* [Exercise brief] When the line containing "A parametric FreeCAD" is reached, include it and end there; set down verbatim every line before it, starting at the top of the records.

* [Records]
....................
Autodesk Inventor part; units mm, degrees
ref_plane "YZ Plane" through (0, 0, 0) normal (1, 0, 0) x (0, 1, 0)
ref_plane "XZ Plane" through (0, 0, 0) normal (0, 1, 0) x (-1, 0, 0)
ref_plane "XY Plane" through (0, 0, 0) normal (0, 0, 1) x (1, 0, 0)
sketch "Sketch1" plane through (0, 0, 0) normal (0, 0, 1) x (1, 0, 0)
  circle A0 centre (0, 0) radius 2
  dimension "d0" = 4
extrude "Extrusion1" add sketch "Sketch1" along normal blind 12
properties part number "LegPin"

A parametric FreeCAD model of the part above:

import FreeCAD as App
import Part
import Sketcher

V = App.Vector
Q = App.Units.Quantity

doc = App.newDocument("Part")
body = doc.addObject("PartDesign::Body", "Body")

sketch1 = doc.addObject("Sketcher::SketchObject", "Sketch")
body.addObject(sketch1)
sketch1.AttachmentSupport = (doc.XY_Plane, [""])
sketch1.MapMode = "FlatFace"
sketch1.addGeometry(Part.Circle(V(0, 0, 0), V(0, 0, 1), 2), False)
sketch1.addConstraint([
    Sketcher.Constraint("Coincident", 0, 3, -1, 1),
    Sketcher.Constraint("Diameter", 0, Q("4 mm")),
])
pad1 = doc.addObject("PartDesign::Pad", "Pad")
body.addObject(pad1)
pad1.Profile = sketch1
pad1.Length = 12

doc.recompute()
....................
* [Answer to the problem]
Autodesk Inventor part; units mm, degrees
ref_plane "YZ Plane" through (0, 0, 0) normal (1, 0, 0) x (0, 1, 0)
ref_plane "XZ Plane" through (0, 0, 0) normal (0, 1, 0) x (-1, 0, 0)
ref_plane "XY Plane" through (0, 0, 0) normal (0, 0, 1) x (1, 0, 0)
sketch "Sketch1" plane through (0, 0, 0) normal (0, 0, 1) x (1, 0, 0)
  circle A0 centre (0, 0) radius 2
  dimension "d0" = 4
extrude "Extrusion1" add sketch "Sketch1" along normal blind 12
properties part number "LegPin"

A parametric FreeCAD model of the part above:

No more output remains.